Great article! The point about measurement enabling governance is right (100% agree); we can’t regulate what we can’t measure. I’ve been thinking/working on a related gap.
I’ve been working on measuring not just AI behavior, but whether AI systems are actually governable. By governable, I mean: can institutions trace how a decision was made, contest the reasoning, and audit it after the fact?
I ran evaluations on GPT-4 and Claude Opus and found a pattern I’ve started calling “comprehension decay.” Both models score nearly perfect on comprehensibility = clear, readable outputs. But both score very low on reversibility = almost no mechanisms to trace reasoning, contest decisions, or audit what happened.

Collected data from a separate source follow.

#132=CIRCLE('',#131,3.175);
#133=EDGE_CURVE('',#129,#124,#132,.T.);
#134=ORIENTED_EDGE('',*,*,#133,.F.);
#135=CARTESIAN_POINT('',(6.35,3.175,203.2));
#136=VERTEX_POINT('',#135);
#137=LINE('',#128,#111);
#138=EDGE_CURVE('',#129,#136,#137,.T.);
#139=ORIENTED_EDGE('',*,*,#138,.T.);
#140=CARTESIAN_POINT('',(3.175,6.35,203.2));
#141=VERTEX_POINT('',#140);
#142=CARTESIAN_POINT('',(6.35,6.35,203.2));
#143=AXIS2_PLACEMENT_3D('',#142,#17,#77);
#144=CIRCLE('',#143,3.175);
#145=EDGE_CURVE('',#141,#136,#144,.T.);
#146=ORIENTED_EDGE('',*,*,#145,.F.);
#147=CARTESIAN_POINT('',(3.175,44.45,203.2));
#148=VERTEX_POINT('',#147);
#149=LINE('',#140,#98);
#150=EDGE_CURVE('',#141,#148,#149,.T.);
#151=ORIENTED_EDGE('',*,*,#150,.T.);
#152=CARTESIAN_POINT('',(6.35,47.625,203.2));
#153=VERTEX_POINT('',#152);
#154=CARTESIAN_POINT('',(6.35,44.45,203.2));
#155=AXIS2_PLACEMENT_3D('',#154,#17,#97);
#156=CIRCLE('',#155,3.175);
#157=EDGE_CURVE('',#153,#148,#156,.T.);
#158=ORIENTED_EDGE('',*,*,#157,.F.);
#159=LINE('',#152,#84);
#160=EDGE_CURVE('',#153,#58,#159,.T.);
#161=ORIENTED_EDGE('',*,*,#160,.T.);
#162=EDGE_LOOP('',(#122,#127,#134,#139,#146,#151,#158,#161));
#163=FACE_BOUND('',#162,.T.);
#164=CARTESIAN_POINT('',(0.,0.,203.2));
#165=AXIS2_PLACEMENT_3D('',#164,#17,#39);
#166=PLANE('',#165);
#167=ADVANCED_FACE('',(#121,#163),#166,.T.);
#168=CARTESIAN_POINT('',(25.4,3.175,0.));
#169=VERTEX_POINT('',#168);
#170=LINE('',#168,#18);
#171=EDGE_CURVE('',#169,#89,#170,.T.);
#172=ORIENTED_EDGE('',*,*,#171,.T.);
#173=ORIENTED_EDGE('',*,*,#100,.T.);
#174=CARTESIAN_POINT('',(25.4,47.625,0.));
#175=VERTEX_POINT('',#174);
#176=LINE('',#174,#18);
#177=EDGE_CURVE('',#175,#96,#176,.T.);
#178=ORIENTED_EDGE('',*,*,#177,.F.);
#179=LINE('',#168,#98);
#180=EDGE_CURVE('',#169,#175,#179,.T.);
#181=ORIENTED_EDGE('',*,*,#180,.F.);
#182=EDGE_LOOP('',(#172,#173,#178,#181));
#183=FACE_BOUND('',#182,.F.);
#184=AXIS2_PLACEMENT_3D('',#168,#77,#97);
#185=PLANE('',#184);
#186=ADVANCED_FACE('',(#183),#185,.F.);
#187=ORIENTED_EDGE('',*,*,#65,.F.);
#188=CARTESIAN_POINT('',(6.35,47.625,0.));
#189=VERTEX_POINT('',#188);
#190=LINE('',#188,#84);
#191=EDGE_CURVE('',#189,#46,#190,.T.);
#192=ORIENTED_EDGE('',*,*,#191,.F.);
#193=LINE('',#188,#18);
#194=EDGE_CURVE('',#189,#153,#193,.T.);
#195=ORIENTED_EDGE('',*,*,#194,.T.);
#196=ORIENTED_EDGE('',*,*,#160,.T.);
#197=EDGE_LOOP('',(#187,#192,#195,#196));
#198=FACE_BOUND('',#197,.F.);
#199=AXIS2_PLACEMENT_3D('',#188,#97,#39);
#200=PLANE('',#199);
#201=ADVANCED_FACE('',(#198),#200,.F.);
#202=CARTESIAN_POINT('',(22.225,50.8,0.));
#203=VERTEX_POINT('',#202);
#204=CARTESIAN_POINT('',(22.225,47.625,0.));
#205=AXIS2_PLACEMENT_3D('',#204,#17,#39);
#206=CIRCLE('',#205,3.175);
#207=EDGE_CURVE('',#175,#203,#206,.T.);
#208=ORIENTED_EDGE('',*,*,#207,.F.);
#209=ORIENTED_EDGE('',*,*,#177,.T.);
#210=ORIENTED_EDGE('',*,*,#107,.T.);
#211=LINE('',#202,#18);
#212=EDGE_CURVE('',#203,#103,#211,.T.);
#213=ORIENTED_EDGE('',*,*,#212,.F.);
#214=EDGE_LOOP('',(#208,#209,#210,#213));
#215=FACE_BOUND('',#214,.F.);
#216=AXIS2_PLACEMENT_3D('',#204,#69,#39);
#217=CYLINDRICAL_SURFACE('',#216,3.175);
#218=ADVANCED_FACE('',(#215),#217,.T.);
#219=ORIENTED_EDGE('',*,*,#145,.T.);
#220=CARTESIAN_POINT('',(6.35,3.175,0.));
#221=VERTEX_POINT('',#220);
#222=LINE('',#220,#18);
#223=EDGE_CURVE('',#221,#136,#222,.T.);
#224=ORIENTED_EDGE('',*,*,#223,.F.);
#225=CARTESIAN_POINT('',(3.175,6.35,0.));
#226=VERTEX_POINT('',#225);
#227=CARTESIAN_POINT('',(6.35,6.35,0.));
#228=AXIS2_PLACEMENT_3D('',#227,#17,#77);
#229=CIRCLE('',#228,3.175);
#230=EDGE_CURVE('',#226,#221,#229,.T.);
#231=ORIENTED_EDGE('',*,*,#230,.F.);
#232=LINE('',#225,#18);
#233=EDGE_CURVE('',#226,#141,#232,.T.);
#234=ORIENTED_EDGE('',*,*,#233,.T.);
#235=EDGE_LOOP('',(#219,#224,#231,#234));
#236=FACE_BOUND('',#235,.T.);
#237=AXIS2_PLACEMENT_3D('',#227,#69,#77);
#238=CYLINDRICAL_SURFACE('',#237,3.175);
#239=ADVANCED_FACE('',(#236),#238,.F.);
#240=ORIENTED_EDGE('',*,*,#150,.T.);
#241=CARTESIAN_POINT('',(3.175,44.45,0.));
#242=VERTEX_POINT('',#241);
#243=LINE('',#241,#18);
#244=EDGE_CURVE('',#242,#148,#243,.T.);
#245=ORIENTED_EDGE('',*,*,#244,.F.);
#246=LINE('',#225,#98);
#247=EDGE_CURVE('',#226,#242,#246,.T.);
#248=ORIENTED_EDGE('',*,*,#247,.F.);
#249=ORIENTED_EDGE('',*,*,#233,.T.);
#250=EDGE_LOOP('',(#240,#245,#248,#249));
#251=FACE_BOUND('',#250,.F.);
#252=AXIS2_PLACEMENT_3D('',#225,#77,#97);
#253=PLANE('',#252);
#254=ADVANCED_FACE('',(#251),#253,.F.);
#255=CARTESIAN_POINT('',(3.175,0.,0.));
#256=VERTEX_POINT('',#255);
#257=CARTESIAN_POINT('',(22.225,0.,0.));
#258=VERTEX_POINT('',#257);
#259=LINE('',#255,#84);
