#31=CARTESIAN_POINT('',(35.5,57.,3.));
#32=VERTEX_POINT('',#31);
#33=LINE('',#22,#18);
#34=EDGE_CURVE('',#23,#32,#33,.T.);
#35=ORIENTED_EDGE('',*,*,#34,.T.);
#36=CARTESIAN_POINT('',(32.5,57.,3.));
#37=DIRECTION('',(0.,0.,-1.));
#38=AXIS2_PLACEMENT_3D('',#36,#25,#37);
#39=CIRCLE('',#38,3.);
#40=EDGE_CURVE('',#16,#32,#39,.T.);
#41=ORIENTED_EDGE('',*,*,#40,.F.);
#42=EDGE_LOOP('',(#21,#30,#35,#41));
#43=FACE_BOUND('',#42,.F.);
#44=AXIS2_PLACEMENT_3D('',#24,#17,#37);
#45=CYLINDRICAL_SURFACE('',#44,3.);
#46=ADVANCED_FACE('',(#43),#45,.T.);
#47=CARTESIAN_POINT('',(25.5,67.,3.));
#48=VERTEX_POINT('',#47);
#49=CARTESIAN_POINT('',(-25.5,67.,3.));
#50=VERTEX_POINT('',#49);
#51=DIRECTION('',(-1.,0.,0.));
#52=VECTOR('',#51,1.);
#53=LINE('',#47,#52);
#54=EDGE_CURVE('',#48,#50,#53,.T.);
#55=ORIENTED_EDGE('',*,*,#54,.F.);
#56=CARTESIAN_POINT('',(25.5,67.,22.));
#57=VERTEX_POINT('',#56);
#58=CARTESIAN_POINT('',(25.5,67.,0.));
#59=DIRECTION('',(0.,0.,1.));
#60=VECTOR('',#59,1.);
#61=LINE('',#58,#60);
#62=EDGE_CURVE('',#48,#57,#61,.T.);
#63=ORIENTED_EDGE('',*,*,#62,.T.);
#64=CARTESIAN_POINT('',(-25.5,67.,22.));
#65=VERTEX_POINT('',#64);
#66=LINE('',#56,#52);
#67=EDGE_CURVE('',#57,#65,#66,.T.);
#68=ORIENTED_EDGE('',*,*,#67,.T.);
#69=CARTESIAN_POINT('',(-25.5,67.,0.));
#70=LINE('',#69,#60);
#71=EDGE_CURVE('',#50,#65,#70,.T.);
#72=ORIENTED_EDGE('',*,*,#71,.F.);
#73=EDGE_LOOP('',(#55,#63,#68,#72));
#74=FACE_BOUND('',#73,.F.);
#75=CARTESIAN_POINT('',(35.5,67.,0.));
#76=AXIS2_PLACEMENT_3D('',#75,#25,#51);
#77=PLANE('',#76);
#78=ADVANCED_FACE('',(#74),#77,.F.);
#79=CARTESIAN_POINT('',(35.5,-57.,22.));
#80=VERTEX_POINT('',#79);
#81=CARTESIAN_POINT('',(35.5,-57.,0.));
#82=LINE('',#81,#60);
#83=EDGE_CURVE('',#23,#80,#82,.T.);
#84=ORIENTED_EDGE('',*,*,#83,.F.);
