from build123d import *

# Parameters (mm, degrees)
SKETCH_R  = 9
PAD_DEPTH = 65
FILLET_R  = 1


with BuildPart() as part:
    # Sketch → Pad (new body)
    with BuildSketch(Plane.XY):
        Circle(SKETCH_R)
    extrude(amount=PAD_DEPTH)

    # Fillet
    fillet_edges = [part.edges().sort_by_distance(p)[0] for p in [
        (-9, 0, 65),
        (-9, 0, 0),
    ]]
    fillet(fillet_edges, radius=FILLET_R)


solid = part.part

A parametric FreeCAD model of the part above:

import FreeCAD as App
import Part
import Sketcher


def edges_at(feature, points):
    """Names of the edges that pass closest to the given points."""
    edges = feature.Shape.Edges
    near = lambda p: min(range(len(edges)), key=lambda i: edges[i].distToShape(Part.Vertex(*p))[0])
    return sorted({f"Edge{near(p) + 1}" for p in points})

doc = App.newDocument("Part")
body = doc.addObject("PartDesign::Body", "Body")

# Sketch on XY plane
sketch1 = body.newObject("Sketcher::SketchObject", "Sketch")
sketch1.AttachmentSupport = (doc.getObject("XY_Plane"), [""])
sketch1.MapMode = "FlatFace"
sketch1.addGeometry(Part.Circle(App.Vector(0, 0, 0), App.Vector(0, 0, 1), 9), False)
sketch1.addConstraint([
    Sketcher.Constraint("Coincident", 0, 3, -1, 1),
    Sketcher.Constraint("Diameter", 0, 18.0),
])
pad1 = body.newObject("PartDesign::Pad", "Pad")
pad1.Profile = sketch1
pad1.Length = 65
doc.recompute()

fillet = body.newObject("PartDesign::Fillet", "Fillet")
fillet.Base = (pad1, edges_at(pad1, [(-9, 0, 65), (-9, 0, 0)]))
fillet.Radius = 1

doc.recompute()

The outputs are readable. The reasoning is unverifiable.
This matters for the measurement-enables-governance thesis. Even if we build great behavioral benchmarks (sycophancy, deception, etc.), we face a deeper problem: when you ask an LLM (using this system as an example, but it applies to all) why it said something, the answer is just more generated text. There’s no trace of what actually happened inside the model. You can’t verify it, contest it, or audit against it.
So I’d add something to the framework: we need measurement of governability itself, not just behavior. Can decisions be traced to computations? Can those traces be challenged? Are there audit hooks?
Without this, one of the biggest risks is building infrastructure that creates the appearance of accountability without the substance of it; we have fluent explanations that don’t connect to anything you can actually govern.
I posted last week about if you want to check it out in more detail!
I completely agree. That’s the core issue I’m trying to untangle. Commitments erode under pressure; we saw it this week in action and quickly going downhill, and I don’t think it will be the first or last time, given the stakes. But for me, the deeper issue is that even when commitments hold (perfect world), we don’t have tools to verify whether they’re actually being met.
Look at Karnofsky’s post. He’s remarkably blunt about how Anthropic’s own RSP created pressure to declare systems below capability thresholds to avoid triggering pause requirements. The commitments existed on paper (good). The institutional incentives worked against honest evaluation (good). If they couldn’t even verify whether their own commitments were being met honestly, that tells you the verification tools don’t exist yet (failed).
On leverage, I think the answer isn’t promises but actual infrastructure that makes it costly to lie. Take for examole how financial markets work and regulate themselves. They don’t rely on companies’ goodwill. They rely on auditing standards and independent verification. AI governance has none of that. The Symmetrian Index is a first step toward building that auditing layer.